Electron-beam Introduction of Heteroatomic Pt-Si Structures in Graphene

TL;DR

This paper demonstrates the in situ manipulation and insertion of Pt atoms into graphene using electron-beam techniques, forming stable heteroatomic Pt-Si clusters and expanding the potential for atomic assembly and cluster chemistry exploration.

Contribution

It introduces a novel method for manipulating and inserting Pt atoms into graphene, creating stable Pt-Si heteroatomic clusters, and broadening the scope of e-beam atomic assembly.

Findings

Successful in situ insertion of Pt atoms into graphene.

Formation of Si-stabilized Pt heteroatomic clusters.

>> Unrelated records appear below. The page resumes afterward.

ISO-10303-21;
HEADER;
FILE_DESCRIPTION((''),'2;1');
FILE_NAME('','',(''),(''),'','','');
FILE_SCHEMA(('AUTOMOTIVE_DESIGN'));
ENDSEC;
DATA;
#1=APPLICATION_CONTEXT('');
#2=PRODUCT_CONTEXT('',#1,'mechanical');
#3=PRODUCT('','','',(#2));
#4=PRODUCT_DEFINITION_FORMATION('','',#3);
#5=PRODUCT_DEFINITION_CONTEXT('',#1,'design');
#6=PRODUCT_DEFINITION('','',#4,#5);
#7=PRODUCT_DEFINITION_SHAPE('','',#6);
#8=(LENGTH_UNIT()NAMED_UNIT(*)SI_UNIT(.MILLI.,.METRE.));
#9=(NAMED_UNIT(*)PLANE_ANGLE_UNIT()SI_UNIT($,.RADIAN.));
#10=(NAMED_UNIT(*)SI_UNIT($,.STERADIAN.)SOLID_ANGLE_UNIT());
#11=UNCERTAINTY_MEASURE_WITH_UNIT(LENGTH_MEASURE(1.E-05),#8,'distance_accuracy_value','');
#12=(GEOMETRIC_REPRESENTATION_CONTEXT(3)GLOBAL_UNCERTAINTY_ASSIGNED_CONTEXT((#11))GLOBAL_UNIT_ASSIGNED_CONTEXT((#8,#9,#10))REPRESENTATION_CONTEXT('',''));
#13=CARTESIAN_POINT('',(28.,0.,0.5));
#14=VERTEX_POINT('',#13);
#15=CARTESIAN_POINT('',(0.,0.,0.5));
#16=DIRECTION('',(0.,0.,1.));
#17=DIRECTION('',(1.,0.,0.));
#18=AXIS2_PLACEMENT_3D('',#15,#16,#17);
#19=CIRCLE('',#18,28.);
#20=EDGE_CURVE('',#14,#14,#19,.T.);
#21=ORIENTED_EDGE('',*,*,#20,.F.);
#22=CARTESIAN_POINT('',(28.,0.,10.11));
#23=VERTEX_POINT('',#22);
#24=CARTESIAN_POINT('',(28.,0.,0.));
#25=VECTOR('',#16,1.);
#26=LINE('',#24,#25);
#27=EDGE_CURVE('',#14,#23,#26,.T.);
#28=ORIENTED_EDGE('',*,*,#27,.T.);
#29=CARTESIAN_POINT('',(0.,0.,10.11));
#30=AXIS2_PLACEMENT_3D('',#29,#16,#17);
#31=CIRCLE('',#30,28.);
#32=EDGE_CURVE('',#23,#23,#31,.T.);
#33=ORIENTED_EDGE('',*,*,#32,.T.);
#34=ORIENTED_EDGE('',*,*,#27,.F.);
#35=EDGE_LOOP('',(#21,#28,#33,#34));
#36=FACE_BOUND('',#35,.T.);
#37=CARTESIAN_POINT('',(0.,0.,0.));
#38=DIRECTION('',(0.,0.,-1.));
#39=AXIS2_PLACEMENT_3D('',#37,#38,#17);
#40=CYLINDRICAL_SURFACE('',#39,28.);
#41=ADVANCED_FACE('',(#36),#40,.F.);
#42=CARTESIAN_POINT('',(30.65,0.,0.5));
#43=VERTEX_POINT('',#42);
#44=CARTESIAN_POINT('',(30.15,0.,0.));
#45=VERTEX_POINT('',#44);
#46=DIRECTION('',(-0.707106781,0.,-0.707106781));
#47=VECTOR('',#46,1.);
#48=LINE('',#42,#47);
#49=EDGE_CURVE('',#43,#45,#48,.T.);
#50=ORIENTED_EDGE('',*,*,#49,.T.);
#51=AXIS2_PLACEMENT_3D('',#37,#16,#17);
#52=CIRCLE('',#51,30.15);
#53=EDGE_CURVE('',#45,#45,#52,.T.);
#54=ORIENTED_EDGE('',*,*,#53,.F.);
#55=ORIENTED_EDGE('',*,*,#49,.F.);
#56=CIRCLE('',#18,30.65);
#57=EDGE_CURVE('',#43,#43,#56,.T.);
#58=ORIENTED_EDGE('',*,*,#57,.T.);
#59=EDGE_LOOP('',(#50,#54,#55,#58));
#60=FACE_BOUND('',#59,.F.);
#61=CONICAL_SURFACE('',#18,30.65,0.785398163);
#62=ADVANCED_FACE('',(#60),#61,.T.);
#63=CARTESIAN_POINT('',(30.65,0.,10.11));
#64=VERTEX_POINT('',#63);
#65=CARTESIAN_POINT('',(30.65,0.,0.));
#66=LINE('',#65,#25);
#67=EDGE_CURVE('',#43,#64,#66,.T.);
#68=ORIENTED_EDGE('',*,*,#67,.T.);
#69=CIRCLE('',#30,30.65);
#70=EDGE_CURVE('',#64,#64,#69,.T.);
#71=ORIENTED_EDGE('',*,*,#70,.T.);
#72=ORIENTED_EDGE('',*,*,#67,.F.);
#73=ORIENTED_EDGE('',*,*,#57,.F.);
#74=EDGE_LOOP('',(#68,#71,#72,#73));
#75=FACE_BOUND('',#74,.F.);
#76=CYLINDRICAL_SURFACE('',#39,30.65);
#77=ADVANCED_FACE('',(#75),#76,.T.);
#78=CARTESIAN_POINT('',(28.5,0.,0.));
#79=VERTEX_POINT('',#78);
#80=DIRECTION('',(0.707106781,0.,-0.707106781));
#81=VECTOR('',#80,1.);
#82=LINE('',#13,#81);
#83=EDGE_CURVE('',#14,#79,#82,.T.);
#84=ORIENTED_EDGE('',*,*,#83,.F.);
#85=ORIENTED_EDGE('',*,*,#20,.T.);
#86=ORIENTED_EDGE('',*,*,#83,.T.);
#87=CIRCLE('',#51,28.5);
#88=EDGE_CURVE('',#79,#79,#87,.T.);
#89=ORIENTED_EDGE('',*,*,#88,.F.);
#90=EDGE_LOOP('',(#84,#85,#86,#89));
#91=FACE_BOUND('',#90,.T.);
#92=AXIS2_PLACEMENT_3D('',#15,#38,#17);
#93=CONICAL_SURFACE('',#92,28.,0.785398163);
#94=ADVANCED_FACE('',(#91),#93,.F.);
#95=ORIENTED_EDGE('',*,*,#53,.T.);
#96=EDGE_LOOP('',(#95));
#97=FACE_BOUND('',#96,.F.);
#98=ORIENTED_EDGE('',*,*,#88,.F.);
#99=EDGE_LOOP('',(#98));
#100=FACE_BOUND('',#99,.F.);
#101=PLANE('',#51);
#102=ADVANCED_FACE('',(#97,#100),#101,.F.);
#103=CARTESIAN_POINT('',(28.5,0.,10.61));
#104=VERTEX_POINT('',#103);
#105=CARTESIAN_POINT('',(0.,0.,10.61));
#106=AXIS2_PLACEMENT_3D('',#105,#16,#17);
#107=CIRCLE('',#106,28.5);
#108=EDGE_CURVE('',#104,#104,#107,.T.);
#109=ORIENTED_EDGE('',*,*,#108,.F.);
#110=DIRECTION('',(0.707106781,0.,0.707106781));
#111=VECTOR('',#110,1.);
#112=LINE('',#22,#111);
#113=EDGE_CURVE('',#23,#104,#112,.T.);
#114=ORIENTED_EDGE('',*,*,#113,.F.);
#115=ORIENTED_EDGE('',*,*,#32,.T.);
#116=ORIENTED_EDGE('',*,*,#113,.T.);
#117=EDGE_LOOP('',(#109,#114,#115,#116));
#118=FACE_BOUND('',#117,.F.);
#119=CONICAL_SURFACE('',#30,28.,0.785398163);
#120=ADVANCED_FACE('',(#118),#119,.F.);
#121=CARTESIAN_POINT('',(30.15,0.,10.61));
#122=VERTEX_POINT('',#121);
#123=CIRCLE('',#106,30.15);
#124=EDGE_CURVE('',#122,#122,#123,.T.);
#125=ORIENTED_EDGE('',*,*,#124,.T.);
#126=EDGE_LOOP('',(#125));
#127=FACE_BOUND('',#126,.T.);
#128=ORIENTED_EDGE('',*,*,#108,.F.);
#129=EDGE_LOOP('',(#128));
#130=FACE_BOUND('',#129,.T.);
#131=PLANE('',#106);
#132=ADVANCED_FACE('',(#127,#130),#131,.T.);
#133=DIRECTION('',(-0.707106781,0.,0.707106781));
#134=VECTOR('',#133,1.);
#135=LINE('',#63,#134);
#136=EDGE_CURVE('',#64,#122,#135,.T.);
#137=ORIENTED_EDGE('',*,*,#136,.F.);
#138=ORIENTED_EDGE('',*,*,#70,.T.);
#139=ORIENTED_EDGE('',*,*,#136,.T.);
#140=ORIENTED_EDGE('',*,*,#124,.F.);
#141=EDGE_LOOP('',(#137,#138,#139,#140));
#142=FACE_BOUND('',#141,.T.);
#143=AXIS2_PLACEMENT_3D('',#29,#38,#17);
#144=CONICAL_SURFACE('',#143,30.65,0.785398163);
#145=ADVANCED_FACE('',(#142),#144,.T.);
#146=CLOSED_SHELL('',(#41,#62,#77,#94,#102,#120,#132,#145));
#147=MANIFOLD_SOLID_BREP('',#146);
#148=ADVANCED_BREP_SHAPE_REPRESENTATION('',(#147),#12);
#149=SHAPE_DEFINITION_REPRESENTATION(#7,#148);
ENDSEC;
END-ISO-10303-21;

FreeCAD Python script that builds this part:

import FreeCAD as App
import Part
import Sketcher
from FreeCAD import Vector


def edges_at(feature, points):
    """Names of the edges that pass closest to the given points."""
    edges = feature.Shape.Edges
    near = lambda p: min(range(len(edges)), key=lambda i: edges[i].distToShape(Part.Vertex(*p))[0])
    return sorted({f"Edge{near(p) + 1}" for p in points})

doc = App.newDocument("Part")
body = doc.addObject("PartDesign::Body", "Body")

sketch1 = body.newObject("Sketcher::SketchObject", "Sketch")
sketch1.AttachmentSupport = (doc.getObject("XY_Plane"), [""])
sketch1.MapMode = "FlatFace"
sketch1.addGeometry(Part.Circle(Vector(0, 0, 0), Vector(0, 0, 1), 31), False)
sketch1.addGeometry(Part.Circle(Vector(0, 0, 0), Vector(0, 0, 1), 28), False)
sketch1.addConstraint(Sketcher.Constraint("Coincident", 0, 3, -1, 1))
sketch1.addConstraint(Sketcher.Constraint("Coincident", 1, 3, -1, 1))
sketch1.addConstraint(Sketcher.Constraint("Diameter", 1, 56.0))
sketch1.addConstraint(Sketcher.Constraint("Diameter", 0, 61.3))
pad1 = body.newObject("PartDesign::Pad", "Pad")
pad1.Profile = sketch1
pad1.Length = 10.61
doc.recompute()

chamfer = body.newObject("PartDesign::Chamfer", "Chamfer")
chamfer.Base = (pad1, edges_at(pad1, [
    (-28, 0, 10.61),
    (-28, 0, 0),
    (-30.65, 0, 10.61),
    (-30.65, 0, 0),
]))
chamfer.Size = 0.5

doc.recompute()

Evidence for universality of e-beam assembly approach.

Abstract

Electron-beam (e-beam) manipulation of single dopant atoms in an aberration-corrected scanning transmission electron microscope is emerging as a method for directed atomic motion and atom-by-atom assembly. Until now, the dopant species have been limited to atoms closely matched to carbon in terms of ionic radius and capable of strong covalent bonding with carbon atoms in the graphene lattice. In situ dopant insertion into a graphene lattice has thus far been demonstrated only for Si, which is ubiquitously present as a contaminant in this material. Here, we achieve in situ manipulation of Pt atoms and their insertion into the graphene host matrix using the e-beam deposited Pt on graphene as a host system. We further demonstrate a mechanism for stabilization of the Pt atom, enabled through the formation of Si-stabilized Pt heteroatomic clusters attached to the graphene surface. This study provides evidence toward the universality of the e-beam assembly approach, opening a pathway for exploring cluster chemistry through direct assembly.